Is your tank cycled? How long has it been set up?


----------



## smillar (Nov 26, 2007)

Kribensis12 said:


> Is your tank cycled? How long has it been set up?


Yes, I have had it for about 2 years. Before that I had a 40gal, which is now in storage, that I used to keep guppies in.

The only thing that is different is that roughly two months ago- I cleaned up an old Eheim we had not used for about 4 years and added it.


----------



## Kribensis12 (Mar 27, 2008)

Did you leave the other filter in there also? If not your tank could quite possibly be cycling. Can you give me your water stats?

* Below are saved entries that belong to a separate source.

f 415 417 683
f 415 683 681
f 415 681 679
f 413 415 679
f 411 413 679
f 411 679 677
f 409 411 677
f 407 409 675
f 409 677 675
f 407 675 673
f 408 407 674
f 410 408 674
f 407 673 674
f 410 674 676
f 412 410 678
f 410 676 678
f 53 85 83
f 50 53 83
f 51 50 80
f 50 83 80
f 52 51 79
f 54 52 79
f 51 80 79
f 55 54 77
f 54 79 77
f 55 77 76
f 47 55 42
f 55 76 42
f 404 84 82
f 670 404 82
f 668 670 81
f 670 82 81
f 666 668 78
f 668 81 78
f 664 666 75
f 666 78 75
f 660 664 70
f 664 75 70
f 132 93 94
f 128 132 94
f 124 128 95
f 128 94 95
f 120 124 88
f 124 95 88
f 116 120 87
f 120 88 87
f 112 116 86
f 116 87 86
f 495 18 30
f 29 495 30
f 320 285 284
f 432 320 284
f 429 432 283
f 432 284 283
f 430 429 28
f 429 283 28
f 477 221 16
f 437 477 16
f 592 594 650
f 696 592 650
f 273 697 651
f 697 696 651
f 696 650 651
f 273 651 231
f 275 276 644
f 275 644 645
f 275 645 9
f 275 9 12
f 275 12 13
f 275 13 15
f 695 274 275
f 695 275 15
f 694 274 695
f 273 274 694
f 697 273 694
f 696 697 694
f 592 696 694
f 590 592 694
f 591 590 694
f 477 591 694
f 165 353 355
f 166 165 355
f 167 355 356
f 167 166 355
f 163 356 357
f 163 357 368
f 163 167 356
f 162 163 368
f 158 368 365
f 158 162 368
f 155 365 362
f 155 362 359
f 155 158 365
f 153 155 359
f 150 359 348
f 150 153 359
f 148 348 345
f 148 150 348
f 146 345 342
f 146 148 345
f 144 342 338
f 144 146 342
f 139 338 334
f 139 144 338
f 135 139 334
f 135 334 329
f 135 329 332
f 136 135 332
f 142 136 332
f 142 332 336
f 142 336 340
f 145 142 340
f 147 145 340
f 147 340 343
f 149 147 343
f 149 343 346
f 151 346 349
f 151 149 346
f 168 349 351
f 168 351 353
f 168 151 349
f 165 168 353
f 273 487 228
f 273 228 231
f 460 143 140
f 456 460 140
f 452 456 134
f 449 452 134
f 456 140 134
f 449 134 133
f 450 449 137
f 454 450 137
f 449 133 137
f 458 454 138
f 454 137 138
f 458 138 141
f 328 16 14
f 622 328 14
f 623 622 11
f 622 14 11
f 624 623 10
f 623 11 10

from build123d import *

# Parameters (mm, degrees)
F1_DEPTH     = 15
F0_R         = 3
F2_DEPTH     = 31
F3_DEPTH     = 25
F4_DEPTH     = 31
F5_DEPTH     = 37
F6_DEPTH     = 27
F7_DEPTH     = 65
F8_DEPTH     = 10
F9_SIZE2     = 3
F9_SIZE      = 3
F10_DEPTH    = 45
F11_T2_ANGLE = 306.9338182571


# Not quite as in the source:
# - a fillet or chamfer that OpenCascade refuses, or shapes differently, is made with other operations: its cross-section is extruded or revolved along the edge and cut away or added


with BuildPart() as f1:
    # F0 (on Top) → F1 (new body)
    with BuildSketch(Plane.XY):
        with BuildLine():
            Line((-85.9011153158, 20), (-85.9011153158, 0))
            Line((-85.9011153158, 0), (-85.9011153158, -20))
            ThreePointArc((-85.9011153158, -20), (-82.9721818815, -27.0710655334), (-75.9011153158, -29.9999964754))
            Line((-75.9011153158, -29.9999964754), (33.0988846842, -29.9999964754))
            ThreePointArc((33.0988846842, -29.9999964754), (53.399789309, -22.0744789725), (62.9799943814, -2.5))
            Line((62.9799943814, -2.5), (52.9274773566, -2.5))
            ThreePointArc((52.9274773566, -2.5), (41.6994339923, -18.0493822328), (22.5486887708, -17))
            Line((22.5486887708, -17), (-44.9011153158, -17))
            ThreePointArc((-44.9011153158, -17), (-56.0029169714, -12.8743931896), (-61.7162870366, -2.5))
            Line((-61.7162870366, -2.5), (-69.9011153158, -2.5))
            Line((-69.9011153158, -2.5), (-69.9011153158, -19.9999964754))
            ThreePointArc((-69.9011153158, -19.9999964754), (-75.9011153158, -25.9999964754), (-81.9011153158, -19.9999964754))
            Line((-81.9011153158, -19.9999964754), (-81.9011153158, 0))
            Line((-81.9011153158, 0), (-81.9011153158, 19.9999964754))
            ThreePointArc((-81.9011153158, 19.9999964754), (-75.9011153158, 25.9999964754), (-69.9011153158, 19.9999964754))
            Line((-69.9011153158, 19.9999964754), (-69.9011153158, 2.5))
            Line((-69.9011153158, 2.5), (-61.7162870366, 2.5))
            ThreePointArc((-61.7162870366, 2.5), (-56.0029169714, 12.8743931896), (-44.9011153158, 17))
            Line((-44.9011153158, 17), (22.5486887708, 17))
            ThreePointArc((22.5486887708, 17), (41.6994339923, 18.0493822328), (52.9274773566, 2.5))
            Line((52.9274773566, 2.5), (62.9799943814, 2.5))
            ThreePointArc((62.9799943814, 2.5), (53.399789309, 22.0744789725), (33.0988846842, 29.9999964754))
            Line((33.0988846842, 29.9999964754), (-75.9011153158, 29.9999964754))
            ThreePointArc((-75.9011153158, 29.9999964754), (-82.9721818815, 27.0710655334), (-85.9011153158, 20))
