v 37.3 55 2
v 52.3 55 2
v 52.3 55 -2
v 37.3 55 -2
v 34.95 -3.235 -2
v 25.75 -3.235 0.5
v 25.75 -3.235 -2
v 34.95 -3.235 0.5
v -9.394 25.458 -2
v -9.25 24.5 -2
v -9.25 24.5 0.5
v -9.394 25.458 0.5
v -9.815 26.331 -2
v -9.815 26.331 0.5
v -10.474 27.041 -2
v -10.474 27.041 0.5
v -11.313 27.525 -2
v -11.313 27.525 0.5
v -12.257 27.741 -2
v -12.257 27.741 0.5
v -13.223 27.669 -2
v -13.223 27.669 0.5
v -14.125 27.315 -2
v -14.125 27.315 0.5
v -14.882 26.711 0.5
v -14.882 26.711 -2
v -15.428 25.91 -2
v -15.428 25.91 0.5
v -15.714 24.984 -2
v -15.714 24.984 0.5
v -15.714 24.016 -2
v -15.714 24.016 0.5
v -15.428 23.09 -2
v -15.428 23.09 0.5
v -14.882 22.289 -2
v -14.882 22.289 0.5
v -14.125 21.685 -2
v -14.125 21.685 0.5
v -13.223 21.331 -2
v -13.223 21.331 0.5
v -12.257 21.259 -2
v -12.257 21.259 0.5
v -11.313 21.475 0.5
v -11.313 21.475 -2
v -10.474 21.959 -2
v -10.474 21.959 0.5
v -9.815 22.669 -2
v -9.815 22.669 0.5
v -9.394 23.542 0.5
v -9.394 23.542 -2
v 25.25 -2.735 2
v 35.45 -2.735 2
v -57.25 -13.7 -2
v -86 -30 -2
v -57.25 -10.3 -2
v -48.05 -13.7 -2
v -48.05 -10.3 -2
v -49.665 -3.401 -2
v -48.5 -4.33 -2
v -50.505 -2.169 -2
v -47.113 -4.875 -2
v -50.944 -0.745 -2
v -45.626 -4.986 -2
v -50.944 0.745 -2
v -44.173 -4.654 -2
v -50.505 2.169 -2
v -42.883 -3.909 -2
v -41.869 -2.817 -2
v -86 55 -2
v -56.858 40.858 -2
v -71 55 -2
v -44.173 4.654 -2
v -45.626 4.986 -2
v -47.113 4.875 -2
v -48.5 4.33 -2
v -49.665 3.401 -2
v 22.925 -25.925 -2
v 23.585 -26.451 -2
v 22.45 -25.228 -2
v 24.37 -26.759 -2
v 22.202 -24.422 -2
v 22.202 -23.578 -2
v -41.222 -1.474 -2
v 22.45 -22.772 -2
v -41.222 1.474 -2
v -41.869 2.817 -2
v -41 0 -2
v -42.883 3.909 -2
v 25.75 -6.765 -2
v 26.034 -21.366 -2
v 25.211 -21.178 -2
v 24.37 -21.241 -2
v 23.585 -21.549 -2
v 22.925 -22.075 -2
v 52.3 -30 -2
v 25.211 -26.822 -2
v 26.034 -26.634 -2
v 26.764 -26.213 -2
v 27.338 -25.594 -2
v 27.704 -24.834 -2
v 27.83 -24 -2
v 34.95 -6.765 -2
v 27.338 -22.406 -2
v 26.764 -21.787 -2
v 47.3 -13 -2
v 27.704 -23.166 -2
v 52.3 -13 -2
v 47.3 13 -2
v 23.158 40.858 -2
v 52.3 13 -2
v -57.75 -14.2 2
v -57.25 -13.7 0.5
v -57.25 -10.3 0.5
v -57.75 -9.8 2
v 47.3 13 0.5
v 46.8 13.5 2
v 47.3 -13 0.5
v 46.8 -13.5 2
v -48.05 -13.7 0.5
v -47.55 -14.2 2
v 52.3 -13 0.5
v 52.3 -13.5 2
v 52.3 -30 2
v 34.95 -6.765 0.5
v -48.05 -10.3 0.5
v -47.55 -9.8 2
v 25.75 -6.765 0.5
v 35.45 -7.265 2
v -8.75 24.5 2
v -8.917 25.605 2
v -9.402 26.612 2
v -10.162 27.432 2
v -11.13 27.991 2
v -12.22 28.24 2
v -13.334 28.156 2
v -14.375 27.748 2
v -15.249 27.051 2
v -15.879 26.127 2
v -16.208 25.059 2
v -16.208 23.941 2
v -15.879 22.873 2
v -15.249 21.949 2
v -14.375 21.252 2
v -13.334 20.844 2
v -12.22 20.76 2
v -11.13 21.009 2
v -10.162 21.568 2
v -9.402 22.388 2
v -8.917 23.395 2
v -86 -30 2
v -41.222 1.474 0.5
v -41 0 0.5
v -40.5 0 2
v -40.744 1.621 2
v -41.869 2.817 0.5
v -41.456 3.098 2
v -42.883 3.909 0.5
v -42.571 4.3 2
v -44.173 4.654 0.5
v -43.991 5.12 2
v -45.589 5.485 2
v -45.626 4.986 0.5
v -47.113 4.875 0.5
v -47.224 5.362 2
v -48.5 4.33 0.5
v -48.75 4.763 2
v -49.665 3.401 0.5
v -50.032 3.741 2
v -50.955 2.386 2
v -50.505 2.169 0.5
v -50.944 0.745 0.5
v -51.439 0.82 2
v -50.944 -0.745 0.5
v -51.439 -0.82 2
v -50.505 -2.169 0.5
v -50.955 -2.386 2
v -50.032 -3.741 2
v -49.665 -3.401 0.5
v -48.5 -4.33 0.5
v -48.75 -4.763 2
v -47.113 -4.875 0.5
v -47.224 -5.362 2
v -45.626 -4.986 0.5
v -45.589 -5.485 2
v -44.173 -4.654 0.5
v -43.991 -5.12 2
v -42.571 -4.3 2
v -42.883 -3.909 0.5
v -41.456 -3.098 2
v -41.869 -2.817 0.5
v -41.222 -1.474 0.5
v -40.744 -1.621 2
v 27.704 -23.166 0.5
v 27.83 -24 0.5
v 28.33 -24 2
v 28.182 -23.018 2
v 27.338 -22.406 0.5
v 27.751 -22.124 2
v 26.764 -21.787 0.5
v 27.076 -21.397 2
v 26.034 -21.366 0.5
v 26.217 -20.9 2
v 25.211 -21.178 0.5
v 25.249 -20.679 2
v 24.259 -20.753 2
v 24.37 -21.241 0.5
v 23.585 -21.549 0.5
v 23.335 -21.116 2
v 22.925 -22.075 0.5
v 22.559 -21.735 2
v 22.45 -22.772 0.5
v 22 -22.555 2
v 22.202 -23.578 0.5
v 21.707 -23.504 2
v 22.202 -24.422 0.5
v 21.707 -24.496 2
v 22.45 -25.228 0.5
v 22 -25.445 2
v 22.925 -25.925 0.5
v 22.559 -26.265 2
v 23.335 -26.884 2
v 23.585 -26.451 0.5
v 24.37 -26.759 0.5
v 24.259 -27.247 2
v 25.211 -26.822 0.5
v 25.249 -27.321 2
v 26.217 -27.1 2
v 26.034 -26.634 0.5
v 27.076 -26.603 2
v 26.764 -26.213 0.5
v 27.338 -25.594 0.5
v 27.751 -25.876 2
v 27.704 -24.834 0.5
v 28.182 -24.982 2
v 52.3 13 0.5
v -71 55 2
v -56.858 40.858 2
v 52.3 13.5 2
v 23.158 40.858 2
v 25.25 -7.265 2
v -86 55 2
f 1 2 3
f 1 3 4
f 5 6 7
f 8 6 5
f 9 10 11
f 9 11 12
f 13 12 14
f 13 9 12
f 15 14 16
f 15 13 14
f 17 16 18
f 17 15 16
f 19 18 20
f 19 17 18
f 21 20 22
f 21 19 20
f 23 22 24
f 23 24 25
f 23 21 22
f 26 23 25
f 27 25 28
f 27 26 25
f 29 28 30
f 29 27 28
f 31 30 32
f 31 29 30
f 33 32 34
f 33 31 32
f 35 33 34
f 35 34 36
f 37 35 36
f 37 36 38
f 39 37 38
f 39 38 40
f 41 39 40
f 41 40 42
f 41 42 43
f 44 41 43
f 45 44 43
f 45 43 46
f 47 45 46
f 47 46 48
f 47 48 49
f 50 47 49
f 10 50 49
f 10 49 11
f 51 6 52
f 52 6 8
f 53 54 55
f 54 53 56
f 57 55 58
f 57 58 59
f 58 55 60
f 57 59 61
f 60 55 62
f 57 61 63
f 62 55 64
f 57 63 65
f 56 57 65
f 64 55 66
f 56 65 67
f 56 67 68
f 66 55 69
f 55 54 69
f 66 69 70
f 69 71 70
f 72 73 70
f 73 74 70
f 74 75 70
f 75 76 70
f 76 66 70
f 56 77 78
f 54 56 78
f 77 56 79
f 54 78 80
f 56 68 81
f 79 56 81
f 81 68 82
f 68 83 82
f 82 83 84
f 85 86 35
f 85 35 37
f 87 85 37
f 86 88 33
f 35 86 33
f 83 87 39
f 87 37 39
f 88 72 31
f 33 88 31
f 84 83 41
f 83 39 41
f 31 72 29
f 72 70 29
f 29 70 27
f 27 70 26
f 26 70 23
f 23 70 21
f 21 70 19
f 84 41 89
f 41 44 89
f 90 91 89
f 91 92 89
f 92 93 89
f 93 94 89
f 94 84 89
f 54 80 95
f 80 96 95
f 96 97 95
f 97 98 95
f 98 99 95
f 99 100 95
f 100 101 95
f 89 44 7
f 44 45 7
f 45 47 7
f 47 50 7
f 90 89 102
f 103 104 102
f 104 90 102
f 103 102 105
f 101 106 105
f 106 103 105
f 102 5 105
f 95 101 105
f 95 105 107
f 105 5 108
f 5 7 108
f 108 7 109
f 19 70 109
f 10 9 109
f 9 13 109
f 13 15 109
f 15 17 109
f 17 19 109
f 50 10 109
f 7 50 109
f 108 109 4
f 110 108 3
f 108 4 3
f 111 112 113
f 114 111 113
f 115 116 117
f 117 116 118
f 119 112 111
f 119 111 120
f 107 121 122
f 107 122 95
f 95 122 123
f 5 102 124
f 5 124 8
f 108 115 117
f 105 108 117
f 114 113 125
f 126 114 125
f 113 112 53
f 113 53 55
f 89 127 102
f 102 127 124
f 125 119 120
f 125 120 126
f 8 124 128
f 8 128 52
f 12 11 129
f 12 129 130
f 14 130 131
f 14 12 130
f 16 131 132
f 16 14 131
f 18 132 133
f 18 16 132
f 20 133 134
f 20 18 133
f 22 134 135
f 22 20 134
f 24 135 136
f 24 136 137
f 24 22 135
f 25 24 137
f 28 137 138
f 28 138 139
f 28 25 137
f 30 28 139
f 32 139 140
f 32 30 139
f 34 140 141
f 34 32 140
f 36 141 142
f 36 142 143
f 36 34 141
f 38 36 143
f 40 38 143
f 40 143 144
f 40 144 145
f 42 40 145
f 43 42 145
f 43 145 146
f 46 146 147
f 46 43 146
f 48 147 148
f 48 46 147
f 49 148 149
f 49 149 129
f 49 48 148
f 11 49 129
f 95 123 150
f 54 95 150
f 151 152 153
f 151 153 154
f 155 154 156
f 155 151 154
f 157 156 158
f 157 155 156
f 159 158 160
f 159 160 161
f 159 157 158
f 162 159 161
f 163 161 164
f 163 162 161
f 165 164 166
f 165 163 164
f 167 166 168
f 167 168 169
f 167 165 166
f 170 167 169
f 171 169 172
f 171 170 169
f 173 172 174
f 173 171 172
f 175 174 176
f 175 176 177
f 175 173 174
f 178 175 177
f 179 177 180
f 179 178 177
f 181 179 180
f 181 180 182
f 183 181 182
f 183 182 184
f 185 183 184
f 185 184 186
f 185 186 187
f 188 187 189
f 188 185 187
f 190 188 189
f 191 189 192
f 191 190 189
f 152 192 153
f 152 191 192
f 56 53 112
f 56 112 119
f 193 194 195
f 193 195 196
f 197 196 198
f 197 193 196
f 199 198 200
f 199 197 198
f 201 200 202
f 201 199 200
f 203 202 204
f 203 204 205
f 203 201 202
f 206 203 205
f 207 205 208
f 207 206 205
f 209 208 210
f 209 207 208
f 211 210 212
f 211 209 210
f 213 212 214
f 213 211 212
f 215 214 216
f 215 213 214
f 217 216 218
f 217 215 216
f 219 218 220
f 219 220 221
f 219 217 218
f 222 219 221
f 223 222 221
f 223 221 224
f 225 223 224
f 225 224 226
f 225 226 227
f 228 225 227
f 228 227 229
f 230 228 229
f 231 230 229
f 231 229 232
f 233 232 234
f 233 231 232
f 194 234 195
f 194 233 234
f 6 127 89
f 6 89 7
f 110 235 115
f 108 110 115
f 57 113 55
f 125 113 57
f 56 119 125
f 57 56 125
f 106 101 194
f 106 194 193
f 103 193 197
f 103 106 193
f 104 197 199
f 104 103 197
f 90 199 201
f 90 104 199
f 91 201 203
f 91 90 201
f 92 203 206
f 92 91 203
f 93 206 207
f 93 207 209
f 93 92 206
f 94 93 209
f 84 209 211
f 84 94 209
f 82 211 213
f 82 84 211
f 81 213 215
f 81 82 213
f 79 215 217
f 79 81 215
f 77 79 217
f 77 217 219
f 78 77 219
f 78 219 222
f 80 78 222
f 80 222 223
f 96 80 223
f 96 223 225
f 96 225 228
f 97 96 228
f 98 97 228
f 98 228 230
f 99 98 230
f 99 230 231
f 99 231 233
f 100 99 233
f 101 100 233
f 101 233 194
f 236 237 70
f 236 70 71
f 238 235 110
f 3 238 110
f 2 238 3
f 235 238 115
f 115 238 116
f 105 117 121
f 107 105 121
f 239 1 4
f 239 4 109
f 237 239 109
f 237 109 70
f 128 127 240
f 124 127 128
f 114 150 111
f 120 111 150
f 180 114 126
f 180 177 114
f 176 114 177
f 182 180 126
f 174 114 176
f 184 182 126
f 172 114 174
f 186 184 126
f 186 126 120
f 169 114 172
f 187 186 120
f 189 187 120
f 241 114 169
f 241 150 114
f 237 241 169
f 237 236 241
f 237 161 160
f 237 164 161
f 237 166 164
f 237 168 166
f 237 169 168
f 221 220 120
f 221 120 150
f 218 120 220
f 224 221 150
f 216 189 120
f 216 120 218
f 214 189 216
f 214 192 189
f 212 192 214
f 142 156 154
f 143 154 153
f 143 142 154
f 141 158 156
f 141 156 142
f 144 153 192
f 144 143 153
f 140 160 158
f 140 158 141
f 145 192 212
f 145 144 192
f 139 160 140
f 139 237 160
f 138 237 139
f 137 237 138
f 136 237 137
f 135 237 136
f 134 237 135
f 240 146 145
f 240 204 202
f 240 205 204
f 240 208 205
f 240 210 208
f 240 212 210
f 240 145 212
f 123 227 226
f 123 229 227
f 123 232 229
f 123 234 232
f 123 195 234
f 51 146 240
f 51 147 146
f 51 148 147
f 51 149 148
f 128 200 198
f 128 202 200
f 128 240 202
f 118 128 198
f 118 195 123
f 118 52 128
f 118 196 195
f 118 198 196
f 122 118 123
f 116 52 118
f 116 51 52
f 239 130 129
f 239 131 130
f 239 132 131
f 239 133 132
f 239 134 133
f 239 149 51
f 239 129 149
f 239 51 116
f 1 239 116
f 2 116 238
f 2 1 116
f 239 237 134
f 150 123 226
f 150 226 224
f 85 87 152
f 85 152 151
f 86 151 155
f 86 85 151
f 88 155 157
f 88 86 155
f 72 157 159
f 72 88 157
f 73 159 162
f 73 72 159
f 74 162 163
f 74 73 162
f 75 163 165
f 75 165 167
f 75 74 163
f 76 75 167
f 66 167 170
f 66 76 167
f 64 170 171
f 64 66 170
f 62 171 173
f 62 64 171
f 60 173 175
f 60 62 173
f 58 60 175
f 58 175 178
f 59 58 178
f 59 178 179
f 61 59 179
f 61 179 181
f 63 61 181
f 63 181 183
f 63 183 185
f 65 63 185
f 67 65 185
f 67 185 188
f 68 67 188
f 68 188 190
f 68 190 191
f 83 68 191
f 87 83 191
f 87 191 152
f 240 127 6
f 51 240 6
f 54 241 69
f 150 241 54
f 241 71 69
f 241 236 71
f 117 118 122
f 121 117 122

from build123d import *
from OCP.BRepFilletAPI import BRepFilletAPI_MakeChamfer

# Parameters (mm, degrees)
SKETCH1_R           = 5
SKETCH1_R_2         = 2.83
SKETCH1_R_3         = 3.25
SKETCH1_W           = 9.2
SKETCH1_H           = 3.53
SKETCH1_H_2         = 3.4
BOSS_EXTRUDE1_DEPTH = 2
BOSS_EXTRUDE2_DEPTH = 2
CHAMFER1_SIZE       = 0.5
CHAMFER1_SIZE2      = 1.5
CHAMFER2_SIZE       = 1.5
CHAMFER2_SIZE2      = 0.5


with BuildPart() as part:
    # Sketch1 → Boss-Extrude1 (new, symmetric)
    with BuildSketch(Plane.XY):
        Polygon((-86, -30), (-86, 30), (52.3, 30), (52.3, 13), (47.3, 13), (47.3, -13), (52.3, -13), (52.3, -30), align=None)
        with Locations((-46, 0)):
            Circle(SKETCH1_R, mode=Mode.SUBTRACT)
        with Locations((25, -24)):
            Circle(SKETCH1_R_2, mode=Mode.SUBTRACT)
        with Locations((-12.5, 24.5)):
            Circle(SKETCH1_R_3, mode=Mode.SUBTRACT)
        with Locations((30.35, -5)):
            Rectangle(SKETCH1_W, SKETCH1_H, mode=Mode.SUBTRACT)
        with Locations((-52.65, -12)):
            Rectangle(SKETCH1_W, SKETCH1_H_2, mode=Mode.SUBTRACT)
    extrude(amount=BOSS_EXTRUDE1_DEPTH, both=True)

    # Sketch2 → Boss-Extrude2 (add, symmetric)
    with BuildSketch(Plane.XY):
        Polygon((-86, 30), (52.3, 30), (52.3, 55), (37.3, 55), (23.157864376, 40.857864376), (-56.857864376, 40.857864376), (-71, 55), (-86, 55), align=None)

Like everyone else said you tank is over stocked, i would keep your fav oscar and keep a demspy or 2, that would be pushing it. I would rid of the pleco as they get real big( even in the big tank, it's still not good to keep them in anything less than 100g) and they poop more than they eat.


----------



## smillar (Nov 26, 2007)

Kribensis12 said:


> Did you leave the other filter in there also?
> *** Yes, I have two Aquaclear 70 plus a internal fluvel 3 (which I think is virtually useless)
> Each filter has double sponge and one has a bio media while the other an amonia.
> 
> ...


----------



## Kribensis12 (Mar 27, 2008)

Plecos only eat algea until they get about 4 inches long in my and many other peoples experince, they prefer to eat the stuff off the bottom. I would look into something else like chines algea eaters as they do a slightly better job. Or just scrub the tnak down once in a while, thats what i do.


----------



## smillar (Nov 26, 2007)

Kribensis12 said:


> Plecos only eat algea until they get about 4 inches long in my and many other peoples experince, they prefer to eat the stuff off the bottom. I would look into something else like chines algea eaters as they do a slightly better job. Or just scrub the tnak down once in a while, thats what i do.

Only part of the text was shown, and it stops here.